┌──

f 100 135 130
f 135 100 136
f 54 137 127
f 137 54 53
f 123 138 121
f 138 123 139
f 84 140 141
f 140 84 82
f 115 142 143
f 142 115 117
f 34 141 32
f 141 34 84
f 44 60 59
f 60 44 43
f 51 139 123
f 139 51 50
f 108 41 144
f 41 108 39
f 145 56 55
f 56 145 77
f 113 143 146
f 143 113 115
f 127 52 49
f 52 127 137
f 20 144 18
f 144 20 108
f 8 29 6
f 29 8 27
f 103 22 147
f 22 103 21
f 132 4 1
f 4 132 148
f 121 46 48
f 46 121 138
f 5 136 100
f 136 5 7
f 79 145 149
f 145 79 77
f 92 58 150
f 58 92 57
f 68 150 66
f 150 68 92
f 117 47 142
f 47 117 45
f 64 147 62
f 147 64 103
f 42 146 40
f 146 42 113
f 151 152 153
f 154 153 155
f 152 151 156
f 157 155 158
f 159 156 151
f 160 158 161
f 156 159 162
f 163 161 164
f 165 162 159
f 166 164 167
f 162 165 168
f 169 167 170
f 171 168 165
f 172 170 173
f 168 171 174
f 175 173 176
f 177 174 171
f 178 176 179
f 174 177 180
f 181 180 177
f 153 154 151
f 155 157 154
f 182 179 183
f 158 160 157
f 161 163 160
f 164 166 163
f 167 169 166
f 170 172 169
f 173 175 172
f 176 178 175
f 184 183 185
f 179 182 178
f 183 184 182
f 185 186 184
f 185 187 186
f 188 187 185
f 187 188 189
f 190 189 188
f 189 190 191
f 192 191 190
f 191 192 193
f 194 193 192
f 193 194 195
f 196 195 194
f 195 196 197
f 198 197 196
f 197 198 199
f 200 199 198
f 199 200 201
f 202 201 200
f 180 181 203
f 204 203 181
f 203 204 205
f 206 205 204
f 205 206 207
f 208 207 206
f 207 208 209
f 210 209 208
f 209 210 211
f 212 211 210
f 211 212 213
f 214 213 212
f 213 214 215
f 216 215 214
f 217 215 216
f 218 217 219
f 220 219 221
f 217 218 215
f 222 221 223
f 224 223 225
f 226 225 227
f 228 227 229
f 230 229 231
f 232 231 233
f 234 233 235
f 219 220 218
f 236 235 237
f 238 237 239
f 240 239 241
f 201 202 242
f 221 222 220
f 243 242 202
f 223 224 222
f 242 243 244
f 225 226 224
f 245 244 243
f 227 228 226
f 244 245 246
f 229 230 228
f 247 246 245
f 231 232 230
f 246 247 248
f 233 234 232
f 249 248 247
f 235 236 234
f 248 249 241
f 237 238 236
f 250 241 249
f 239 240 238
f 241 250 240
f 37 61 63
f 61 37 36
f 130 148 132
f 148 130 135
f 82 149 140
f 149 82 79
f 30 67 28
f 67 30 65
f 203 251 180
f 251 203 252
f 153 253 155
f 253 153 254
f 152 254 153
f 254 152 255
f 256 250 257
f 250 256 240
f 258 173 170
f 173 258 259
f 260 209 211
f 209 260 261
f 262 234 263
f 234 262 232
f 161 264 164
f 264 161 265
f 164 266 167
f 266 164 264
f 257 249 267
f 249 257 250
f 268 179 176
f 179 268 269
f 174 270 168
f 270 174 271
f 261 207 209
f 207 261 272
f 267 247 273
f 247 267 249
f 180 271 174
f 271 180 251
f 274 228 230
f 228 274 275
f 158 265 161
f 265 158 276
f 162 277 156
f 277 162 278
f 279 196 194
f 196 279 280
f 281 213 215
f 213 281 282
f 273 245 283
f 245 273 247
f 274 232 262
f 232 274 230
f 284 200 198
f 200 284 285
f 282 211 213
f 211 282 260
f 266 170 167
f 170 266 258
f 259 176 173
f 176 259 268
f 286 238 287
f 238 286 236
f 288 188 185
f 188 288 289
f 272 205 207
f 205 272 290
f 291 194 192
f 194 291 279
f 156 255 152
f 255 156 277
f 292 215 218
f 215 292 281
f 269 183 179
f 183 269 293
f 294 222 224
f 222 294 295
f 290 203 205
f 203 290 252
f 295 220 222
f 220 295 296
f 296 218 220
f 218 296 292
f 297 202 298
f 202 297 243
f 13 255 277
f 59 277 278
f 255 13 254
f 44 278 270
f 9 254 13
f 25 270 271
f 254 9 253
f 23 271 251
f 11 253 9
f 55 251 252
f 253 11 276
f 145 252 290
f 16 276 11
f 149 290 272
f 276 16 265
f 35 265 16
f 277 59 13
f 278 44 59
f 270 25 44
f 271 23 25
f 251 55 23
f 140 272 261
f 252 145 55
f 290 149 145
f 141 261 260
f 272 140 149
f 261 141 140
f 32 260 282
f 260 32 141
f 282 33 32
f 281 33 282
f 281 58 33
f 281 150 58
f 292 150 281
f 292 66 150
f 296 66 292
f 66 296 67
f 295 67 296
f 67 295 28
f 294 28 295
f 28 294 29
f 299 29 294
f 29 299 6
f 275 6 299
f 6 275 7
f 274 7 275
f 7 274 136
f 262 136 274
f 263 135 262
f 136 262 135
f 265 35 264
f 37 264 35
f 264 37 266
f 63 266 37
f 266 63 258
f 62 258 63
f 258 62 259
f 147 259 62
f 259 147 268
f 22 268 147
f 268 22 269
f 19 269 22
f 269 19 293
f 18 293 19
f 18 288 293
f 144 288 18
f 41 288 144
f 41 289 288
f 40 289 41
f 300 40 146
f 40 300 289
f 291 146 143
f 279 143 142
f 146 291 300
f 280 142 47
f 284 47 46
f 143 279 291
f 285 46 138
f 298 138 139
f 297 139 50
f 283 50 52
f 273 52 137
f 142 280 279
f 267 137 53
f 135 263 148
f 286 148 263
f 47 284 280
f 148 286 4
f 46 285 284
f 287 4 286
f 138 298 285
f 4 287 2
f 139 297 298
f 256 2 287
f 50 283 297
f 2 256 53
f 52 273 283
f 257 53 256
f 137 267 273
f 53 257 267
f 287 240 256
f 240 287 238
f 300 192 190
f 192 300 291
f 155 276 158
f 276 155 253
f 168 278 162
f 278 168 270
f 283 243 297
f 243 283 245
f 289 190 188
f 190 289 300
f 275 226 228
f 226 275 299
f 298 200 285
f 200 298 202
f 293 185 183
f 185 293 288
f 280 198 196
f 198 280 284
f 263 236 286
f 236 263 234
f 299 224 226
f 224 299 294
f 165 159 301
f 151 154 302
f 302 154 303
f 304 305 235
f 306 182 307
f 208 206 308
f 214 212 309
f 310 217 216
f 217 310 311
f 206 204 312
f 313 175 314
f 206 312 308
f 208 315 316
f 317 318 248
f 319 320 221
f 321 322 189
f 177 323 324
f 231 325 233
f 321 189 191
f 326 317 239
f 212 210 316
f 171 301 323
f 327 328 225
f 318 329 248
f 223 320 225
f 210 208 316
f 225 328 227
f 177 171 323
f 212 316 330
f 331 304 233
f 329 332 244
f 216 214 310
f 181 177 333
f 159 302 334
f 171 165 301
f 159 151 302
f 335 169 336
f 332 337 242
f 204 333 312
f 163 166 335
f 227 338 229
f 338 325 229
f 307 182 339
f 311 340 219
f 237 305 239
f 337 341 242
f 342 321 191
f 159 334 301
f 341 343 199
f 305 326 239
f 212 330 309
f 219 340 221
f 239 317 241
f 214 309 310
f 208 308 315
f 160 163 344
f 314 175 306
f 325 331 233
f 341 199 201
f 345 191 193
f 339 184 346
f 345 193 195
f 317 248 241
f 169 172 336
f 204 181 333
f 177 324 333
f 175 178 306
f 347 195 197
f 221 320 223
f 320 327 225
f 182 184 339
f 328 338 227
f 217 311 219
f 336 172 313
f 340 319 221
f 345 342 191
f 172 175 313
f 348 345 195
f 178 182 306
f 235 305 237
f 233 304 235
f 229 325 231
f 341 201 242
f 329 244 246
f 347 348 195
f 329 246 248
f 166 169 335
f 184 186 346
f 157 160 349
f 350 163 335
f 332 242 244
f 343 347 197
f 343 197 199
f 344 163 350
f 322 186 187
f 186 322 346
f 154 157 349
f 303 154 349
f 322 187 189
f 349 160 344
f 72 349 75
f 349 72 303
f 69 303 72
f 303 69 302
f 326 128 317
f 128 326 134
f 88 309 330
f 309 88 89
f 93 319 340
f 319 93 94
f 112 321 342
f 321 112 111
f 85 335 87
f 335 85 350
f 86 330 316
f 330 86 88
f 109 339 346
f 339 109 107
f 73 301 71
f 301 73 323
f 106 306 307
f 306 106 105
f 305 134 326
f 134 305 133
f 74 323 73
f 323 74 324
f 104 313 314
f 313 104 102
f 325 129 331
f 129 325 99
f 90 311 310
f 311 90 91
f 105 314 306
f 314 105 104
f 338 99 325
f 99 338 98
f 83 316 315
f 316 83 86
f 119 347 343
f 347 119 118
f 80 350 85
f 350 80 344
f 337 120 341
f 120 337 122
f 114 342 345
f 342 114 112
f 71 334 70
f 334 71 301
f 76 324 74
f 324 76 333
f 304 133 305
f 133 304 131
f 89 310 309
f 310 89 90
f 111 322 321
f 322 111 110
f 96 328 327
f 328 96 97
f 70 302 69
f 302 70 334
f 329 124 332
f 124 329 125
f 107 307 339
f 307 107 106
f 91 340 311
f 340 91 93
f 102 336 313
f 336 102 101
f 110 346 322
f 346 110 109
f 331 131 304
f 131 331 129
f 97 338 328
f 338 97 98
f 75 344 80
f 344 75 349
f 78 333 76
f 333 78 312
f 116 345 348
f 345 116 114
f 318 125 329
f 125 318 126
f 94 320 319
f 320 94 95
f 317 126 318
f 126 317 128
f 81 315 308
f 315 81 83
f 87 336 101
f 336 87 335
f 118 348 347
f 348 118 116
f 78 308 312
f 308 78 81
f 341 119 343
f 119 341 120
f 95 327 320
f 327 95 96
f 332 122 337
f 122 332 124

└──

### REQUIREMENT
Every line above from the line with "f 250 256 240" to the line with "f 272 205 207", inclusive, must be returned exactly; no other line belongs in the reply.

### RESPONSE BOX
f 250 256 240
f 258 173 170
f 173 258 259
f 260 209 211
f 209 260 261
f 262 234 263
f 234 262 232
f 161 264 164
f 264 161 265
f 164 266 167
f 266 164 264
f 257 249 267
f 249 257 250
f 268 179 176
f 179 268 269
f 174 270 168
f 270 174 271
f 261 207 209
f 207 261 272
f 267 247 273
f 247 267 249
f 180 271 174
f 271 180 251
f 274 228 230
f 228 274 275
f 158 265 161
f 265 158 276
f 162 277 156
f 277 162 278
f 279 196 194
f 196 279 280
f 281 213 215
f 213 281 282
f 273 245 283
f 245 273 247
f 274 232 262
f 232 274 230
f 284 200 198
f 200 284 285
f 282 211 213
f 211 282 260
f 266 170 167
f 170 266 258
f 259 176 173
f 176 259 268
f 286 238 287
f 238 286 236
f 288 188 185
f 188 288 289
f 272 205 207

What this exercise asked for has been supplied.